Ansgar Beckervordersandfort, Andreas Sielker
Rz. 15
Unter Geschwistern, Cousins oder in Senior/Junior-Konstellationen gibt es außergewöhnliche Dream Teams. Aber sie sind nicht die Regel. Es empfiehlt sich, die jeweilige Situation unverklärt zu betrachten, und dort, wo die Zusammenarbeit belastet ist, für Entlastung zu sorgen. Das gilt unabhängig von der Ebene, auf der Kooperation notwendig ist: ob im Gesellschafterkreis, im Zusammenspiel von Gesellschaftern und Geschäftsführung, im Geschäftsführungsteam oder zwischen Geschäftsführung und Mitarbeitern.
Rz. 16
Häufig ist zu beobachten, dass Zuständigkeiten von Familienmitgliedern nicht klar sind.
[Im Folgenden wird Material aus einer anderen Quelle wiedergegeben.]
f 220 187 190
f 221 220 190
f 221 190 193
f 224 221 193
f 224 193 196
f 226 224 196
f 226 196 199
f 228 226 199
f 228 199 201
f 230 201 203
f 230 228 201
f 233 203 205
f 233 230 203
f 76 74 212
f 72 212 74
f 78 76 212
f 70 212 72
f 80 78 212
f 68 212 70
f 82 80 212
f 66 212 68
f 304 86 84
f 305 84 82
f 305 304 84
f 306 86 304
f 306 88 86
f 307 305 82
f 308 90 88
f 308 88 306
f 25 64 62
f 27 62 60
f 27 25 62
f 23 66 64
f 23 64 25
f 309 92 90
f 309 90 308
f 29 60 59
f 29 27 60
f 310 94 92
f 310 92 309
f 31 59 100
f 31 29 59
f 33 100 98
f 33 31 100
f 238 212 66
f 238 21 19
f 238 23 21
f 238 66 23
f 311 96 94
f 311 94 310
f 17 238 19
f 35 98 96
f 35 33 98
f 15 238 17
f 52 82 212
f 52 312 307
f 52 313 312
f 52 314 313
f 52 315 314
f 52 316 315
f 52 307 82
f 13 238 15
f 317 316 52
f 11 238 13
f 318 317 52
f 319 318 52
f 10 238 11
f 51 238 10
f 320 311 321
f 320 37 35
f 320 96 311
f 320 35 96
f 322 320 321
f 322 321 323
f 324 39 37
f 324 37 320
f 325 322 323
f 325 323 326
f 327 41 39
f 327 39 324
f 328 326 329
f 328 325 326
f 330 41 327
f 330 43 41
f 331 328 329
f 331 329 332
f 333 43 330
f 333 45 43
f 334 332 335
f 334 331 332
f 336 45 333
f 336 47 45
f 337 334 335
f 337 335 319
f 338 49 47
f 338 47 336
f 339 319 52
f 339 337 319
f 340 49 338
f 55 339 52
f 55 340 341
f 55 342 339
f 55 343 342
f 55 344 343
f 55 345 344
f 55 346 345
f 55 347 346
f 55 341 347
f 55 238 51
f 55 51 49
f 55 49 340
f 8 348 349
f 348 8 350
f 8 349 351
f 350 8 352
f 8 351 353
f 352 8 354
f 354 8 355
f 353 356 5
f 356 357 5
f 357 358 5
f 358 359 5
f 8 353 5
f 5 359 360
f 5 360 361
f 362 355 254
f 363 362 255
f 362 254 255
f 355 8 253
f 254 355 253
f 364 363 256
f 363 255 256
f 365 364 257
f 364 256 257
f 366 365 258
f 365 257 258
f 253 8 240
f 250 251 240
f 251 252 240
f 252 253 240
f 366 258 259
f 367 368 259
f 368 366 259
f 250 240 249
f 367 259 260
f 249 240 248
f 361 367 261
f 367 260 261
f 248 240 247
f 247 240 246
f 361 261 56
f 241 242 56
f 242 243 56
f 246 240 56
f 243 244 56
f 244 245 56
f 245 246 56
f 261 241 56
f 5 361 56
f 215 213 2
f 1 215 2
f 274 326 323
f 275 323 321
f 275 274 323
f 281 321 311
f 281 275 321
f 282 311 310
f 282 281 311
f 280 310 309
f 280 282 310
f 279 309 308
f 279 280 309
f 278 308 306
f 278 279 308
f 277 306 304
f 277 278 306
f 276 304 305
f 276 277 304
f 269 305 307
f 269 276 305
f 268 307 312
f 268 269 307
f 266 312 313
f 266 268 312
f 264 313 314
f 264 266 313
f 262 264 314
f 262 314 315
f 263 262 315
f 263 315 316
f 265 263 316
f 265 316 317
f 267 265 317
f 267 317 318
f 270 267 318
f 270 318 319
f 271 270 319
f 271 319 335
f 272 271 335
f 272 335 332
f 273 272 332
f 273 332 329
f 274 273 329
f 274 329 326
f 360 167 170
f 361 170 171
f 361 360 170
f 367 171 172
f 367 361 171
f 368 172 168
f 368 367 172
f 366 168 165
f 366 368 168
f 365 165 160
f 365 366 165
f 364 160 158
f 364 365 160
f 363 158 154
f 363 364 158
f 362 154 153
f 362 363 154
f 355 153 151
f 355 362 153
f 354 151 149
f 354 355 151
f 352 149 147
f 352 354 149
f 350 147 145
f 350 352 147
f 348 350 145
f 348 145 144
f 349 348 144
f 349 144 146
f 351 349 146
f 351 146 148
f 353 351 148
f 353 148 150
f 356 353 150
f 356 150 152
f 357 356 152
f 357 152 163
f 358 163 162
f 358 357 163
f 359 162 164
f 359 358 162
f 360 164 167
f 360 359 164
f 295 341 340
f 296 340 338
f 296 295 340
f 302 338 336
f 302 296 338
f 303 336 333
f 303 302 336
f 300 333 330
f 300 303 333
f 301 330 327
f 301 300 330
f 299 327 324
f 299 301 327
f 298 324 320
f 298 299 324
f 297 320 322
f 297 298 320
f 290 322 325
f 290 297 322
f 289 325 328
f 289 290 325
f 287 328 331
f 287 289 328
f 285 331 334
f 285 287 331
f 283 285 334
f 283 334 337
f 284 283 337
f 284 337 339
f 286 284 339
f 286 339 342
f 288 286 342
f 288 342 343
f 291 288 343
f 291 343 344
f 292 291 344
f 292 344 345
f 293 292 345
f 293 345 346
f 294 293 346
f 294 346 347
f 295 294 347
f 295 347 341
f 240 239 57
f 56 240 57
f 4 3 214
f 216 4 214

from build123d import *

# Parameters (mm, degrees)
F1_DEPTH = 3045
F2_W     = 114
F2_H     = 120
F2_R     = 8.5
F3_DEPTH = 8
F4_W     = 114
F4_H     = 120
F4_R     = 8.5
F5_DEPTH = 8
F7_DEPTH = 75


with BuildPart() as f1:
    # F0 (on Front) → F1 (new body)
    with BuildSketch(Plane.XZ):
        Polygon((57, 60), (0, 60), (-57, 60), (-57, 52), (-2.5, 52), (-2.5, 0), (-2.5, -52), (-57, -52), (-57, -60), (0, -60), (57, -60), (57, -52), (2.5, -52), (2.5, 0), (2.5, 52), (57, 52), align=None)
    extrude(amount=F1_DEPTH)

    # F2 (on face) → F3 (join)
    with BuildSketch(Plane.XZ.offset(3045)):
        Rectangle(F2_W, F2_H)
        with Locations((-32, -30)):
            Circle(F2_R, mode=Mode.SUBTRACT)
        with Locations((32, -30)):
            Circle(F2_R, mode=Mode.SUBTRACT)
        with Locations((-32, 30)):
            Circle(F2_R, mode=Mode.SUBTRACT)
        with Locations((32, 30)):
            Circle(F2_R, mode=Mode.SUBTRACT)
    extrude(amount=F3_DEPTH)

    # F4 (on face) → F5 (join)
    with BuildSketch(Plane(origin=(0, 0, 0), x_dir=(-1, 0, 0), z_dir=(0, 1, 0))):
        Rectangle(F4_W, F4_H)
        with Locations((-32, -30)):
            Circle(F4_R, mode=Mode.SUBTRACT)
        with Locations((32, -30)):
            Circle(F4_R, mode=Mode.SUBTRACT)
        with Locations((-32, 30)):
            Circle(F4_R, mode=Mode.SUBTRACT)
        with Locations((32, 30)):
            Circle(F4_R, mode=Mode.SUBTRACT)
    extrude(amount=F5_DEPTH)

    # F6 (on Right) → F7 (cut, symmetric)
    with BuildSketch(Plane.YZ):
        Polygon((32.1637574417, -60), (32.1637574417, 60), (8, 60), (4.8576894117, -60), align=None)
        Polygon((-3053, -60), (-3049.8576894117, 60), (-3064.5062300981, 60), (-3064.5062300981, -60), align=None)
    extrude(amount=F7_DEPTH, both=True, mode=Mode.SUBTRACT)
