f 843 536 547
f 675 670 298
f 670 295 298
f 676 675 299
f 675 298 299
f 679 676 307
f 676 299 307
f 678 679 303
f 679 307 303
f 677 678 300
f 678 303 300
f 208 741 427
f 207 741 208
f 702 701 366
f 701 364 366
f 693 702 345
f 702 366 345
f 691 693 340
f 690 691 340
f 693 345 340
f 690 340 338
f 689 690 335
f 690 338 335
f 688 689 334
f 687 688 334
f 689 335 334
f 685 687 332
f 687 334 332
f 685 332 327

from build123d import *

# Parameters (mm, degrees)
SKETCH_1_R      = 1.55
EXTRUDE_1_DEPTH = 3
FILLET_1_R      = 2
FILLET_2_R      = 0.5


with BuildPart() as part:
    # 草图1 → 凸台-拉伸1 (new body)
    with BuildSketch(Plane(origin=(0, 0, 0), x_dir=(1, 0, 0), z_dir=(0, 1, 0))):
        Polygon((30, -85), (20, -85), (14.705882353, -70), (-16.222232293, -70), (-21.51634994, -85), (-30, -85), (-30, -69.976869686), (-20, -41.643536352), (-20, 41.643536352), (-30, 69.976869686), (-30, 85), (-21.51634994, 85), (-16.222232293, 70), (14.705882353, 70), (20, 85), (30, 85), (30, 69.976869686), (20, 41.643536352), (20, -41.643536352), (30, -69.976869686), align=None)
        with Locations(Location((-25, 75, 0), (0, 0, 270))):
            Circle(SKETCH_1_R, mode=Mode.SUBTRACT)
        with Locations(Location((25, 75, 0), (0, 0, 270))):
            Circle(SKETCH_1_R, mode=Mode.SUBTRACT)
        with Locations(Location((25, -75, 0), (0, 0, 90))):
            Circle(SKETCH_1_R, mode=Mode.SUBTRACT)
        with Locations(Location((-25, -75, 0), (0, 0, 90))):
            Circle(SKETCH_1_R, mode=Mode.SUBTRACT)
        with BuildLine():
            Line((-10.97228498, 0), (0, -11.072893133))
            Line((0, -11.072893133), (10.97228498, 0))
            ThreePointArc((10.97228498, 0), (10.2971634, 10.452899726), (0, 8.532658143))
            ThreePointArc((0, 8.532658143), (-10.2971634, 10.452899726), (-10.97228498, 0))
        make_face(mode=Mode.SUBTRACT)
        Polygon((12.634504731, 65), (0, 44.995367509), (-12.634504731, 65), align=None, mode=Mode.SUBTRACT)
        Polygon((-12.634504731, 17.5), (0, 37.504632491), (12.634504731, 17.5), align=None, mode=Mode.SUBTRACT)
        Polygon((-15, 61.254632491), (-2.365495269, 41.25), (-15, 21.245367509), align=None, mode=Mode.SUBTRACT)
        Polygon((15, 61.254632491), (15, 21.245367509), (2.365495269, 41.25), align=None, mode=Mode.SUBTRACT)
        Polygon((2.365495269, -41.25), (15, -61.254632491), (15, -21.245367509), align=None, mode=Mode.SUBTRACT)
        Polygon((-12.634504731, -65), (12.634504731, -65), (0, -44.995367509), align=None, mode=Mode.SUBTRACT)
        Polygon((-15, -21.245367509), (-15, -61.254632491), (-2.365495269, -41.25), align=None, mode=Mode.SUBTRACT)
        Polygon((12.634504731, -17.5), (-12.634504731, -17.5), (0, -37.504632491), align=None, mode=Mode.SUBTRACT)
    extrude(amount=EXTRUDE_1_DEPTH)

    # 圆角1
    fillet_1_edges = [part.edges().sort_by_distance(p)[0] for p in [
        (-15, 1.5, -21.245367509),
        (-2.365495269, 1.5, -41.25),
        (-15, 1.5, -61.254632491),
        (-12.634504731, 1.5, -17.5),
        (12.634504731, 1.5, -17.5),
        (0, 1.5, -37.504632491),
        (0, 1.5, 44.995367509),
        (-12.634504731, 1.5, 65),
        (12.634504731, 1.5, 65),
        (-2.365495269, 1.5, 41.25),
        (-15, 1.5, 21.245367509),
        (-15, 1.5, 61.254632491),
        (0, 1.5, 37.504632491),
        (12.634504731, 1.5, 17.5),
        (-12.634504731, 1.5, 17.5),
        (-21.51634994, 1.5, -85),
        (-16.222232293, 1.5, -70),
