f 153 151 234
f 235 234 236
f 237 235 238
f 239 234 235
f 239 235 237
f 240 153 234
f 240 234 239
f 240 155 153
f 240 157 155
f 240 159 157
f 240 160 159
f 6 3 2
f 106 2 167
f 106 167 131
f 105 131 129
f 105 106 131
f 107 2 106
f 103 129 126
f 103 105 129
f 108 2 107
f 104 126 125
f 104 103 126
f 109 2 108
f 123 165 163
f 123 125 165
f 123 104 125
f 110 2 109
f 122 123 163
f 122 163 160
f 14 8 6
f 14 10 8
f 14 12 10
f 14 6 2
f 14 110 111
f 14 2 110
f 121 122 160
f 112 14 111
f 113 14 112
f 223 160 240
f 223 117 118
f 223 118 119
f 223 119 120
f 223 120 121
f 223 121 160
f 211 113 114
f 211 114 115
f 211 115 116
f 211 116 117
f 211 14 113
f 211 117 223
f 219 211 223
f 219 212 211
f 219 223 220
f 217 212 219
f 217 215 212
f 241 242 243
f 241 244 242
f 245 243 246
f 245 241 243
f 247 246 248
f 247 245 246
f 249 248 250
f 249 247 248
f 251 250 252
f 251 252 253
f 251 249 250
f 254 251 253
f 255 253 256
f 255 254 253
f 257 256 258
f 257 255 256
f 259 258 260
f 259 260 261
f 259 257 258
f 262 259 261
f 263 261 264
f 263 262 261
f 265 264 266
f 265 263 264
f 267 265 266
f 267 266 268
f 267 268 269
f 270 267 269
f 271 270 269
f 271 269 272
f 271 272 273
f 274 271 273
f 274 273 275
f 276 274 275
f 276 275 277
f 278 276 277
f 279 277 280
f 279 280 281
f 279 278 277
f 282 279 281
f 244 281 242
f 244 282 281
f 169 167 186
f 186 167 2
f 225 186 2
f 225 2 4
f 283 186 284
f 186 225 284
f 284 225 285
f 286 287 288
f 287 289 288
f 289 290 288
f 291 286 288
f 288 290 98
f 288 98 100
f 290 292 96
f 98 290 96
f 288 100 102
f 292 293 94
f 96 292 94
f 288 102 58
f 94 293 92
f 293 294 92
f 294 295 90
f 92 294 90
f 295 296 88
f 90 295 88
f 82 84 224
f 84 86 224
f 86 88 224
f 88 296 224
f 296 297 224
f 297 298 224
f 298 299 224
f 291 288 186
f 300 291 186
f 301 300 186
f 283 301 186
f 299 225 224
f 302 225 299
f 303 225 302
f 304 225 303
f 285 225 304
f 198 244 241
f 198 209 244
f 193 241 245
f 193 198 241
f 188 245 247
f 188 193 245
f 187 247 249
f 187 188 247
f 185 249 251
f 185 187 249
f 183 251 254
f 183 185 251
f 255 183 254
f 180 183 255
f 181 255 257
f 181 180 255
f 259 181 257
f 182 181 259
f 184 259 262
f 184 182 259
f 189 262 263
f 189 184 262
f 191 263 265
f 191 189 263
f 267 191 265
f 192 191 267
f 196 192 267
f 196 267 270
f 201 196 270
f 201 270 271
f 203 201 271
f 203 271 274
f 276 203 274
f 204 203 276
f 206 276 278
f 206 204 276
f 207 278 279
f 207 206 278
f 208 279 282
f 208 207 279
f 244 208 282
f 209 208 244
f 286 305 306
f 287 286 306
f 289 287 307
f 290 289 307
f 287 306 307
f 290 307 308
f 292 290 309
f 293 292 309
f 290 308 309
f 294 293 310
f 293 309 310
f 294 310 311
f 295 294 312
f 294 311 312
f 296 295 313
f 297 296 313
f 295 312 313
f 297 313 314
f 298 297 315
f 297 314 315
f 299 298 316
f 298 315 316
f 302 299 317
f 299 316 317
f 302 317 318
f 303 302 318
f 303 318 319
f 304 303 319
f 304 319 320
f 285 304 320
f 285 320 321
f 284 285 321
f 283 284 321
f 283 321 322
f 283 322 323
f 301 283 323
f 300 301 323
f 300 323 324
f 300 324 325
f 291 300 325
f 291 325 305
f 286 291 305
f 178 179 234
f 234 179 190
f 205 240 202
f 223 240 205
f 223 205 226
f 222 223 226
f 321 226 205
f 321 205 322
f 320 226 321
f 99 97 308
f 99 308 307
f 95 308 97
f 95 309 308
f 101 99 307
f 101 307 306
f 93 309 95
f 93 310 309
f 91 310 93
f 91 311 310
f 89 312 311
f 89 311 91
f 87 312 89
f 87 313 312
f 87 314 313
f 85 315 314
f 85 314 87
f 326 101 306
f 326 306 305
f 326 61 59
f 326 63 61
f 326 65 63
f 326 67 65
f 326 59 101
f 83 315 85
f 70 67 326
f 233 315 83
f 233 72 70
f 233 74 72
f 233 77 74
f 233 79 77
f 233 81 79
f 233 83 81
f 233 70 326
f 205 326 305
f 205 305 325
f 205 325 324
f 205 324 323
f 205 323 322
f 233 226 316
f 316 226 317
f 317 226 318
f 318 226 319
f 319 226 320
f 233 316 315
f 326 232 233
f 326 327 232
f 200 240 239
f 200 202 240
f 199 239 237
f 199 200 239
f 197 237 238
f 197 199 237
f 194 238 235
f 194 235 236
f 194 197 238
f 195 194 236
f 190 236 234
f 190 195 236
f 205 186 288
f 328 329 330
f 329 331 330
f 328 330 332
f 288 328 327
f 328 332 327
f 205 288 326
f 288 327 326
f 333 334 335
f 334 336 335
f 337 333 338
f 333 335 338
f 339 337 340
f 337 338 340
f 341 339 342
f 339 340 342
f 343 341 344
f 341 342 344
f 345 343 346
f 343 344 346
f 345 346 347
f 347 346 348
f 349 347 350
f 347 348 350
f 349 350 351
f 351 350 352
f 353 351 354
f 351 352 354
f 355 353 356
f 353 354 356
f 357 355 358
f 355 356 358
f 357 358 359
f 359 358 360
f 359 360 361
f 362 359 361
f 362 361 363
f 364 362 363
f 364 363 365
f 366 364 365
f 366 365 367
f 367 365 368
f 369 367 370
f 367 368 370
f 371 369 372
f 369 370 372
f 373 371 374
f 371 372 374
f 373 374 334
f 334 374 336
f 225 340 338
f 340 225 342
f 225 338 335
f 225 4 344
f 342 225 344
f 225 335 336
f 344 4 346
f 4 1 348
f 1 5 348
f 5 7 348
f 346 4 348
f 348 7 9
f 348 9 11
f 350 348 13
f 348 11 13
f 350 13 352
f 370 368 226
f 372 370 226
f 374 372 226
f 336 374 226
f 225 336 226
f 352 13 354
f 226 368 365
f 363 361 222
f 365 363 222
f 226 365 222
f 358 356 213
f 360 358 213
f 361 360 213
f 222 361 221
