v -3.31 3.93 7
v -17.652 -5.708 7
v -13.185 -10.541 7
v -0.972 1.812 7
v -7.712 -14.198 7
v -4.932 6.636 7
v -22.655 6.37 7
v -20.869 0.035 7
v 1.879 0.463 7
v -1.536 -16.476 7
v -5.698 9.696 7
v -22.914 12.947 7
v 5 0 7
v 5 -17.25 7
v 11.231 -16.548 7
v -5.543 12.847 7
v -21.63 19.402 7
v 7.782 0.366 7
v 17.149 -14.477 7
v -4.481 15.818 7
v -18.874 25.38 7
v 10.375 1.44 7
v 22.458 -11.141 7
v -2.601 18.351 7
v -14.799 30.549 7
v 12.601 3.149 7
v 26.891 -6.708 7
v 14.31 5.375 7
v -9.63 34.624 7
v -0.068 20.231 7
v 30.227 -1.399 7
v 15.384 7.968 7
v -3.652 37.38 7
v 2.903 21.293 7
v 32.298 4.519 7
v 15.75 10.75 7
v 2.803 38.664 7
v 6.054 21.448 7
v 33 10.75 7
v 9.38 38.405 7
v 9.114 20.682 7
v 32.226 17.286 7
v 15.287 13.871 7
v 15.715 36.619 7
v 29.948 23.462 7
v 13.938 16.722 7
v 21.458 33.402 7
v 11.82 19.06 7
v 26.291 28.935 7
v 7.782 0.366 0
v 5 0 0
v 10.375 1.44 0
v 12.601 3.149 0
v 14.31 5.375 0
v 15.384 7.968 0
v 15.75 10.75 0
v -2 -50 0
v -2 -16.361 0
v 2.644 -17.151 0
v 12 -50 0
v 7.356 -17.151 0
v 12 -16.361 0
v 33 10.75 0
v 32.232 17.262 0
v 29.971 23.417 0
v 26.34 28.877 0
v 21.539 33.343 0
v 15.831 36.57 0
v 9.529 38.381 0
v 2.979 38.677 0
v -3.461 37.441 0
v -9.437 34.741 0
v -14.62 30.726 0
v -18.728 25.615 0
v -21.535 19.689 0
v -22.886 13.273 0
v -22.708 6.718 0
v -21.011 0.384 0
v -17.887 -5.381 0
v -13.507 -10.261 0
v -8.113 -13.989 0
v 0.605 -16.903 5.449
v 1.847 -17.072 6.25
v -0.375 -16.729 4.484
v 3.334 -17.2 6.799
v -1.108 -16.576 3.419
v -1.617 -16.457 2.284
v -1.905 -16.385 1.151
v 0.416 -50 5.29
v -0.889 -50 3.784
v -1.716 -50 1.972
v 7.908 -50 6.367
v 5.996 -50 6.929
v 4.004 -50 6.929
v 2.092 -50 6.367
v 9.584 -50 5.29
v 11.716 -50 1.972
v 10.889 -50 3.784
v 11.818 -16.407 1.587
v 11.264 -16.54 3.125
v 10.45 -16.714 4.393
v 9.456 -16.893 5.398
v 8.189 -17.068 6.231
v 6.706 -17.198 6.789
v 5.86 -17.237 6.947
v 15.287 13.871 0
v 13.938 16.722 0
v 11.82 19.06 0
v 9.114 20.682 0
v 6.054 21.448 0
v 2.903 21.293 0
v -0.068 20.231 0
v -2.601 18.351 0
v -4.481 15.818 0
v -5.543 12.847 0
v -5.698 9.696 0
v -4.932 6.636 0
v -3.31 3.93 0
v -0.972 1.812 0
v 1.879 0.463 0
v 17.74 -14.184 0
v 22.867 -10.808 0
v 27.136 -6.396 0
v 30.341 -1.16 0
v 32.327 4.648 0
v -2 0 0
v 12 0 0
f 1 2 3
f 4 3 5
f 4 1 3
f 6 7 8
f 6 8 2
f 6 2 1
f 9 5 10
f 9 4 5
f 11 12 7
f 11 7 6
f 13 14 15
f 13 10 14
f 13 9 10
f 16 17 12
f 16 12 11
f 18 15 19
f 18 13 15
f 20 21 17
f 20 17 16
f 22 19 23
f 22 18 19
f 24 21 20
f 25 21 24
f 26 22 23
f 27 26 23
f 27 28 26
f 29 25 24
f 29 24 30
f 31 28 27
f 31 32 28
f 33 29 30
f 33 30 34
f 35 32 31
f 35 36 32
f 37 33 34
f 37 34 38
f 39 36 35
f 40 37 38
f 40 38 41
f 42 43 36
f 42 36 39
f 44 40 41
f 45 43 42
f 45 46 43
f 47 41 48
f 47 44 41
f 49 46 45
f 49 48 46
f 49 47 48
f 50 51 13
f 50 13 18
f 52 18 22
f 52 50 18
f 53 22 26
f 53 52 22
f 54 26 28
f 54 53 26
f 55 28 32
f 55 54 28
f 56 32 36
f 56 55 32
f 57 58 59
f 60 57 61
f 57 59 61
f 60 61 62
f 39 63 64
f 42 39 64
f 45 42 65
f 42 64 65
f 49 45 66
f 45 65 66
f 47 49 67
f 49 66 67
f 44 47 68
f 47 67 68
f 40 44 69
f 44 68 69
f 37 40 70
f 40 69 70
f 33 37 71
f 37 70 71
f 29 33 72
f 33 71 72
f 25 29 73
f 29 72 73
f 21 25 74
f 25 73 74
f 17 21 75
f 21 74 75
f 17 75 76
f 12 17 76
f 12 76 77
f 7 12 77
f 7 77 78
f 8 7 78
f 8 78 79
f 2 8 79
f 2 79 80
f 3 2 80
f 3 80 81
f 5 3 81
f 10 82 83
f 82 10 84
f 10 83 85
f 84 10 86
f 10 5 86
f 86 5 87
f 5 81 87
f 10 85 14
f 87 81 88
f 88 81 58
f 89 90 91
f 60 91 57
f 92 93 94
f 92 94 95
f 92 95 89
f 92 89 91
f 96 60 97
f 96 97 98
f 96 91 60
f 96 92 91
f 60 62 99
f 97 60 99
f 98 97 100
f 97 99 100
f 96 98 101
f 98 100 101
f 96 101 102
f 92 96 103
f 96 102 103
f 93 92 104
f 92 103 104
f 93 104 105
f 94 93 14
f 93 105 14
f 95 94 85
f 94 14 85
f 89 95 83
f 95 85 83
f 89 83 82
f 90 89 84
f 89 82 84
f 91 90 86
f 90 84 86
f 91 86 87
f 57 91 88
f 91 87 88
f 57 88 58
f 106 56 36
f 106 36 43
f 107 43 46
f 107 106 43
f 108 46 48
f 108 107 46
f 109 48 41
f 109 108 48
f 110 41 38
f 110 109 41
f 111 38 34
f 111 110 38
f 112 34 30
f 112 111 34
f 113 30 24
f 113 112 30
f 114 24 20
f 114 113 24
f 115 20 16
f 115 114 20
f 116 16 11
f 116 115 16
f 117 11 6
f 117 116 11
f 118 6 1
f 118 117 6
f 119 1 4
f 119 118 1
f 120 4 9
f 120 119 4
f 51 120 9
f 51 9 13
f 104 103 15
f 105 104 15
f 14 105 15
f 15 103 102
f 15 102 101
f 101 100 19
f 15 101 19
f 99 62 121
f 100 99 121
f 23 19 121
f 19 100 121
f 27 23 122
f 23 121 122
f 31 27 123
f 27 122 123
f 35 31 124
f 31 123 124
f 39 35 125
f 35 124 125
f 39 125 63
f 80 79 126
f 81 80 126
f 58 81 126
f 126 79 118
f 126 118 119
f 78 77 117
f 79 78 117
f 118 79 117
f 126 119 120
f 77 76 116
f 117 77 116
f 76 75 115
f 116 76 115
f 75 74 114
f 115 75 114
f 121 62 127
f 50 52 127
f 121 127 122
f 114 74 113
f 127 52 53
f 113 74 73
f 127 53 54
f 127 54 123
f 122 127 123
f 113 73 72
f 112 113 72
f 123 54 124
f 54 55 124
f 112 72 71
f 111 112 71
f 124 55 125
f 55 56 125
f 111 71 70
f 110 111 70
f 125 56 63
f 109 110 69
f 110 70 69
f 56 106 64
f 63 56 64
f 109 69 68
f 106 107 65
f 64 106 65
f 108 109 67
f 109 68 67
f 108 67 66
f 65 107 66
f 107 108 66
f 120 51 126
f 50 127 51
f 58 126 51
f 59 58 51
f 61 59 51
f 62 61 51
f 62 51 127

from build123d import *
from build123d import SkipClean  # not in build123d's __all__

# Parameters (mm, degrees)
F1_DEPTH = 50
F2_R     = 28
F2_R_2   = 10.75
F3_DEPTH = 7


with BuildPart() as f1:
    # F0 (on Front) → F1 (new body)
    with BuildSketch(Plane.XZ):
        with BuildLine():
            Line((-2, 0), (0, 0))
            Line((0, 0), (10, 0))
            Line((10, 0), (12, 0))
            ThreePointArc((12, 0), (5, 7), (-2, 0))
        make_face()
    extrude(amount=F1_DEPTH)

    # F2 (on Top) → F3 (join)
    with BuildSketch(Plane.XY):
        with Locations((5, 10.75)):
            Circle(F2_R)
        with Locations((5, 10.75)):
            Circle(F2_R_2, mode=Mode.SUBTRACT)
    with SkipClean():  # cleaning this boolean's faces spoils the solid; the shape is the same uncleaned
        extrude(amount=F3_DEPTH)


solid = f1.part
Entweder wurden sie nie besprochen (der Junior, dem kein Aufgabenfeld beim Einstieg ins Unternehmen vorgegeben wurde) oder sie werden permanenten Veränderungen unterworfen, weil es die Umstände offenbar erfordern. Darüber hinaus fühlen sich Familienmitglieder im Unternehmen bisweilen für quasi alles zuständig, was sie z.B. von ihrem Verantwortungsgefühl als Gesellschafter oder als Mitglied der Unternehmerfamilie ableiten. Ähnlich gelagert sind Beispiele, in denen der Senior – wohlmeinend oder mangels Zutrauen oder aus Gewohnheit – direkt auf die Mitarbeiter des Juniors zugreift. In allen diesen Fällen sind die Grenzen der Zuständigkeit unklar oder werden (systematisch) verletzt. Das belastet Kooperation, sorgt für Konflikte und ist eine verbreitete Ursache von Streit und Stillstand.
Rz. 17
Selbst klar geregelte und respektierte Verantwortlichkeiten führen nicht automatisch zu guter Zusammenarbeit. Nicht immer bilden Familienmitglieder ein stimmiges Team. Mitunter fehlt es an Verständnis für einander, Kommunikationsfähigkeit, Rationalität usw. Und es kommt vor, dass Familienmitglieder, die pflichtschuldig Aufgaben übernehmen, die ihren Neigungen nicht entsprechen, diese nicht zu ihrer und anderer Zufriedenheit ausfüllen. Das belastet die Zusammenarbeit.
Rz. 18
Es ist nützlich anzuerkennen, dass Familienunternehmen oder komplexe Vermögen hohe Anforderungen an die Zusammenarbeit von Familienmitgliedern stellen. Diese Herausforderungen zu tabuisieren oder die Probleme zu dramatisieren führt nicht zu einer Atmosphäre, in der konstruktive Lösungen im Sinne des Unternehmens und im Sinne der Familie gefunden werden. Versachlichung, Trennung von Funktion und Person, Verringerung von Komplexität, indem die Funktionen im Unternehmen voneinander abgegrenzt und die Verantwortlichkeiten geklärt werden, ist Teil des Familienstrategieprozesses. Zu berücksichtigen ist dabei, in welchem Maße die Familie kooperationsbereit und -fähig ist. Das entscheidet über die Wahl der jeweils geeigneten Strukturen, Regeln und Entlastungsmechanismen.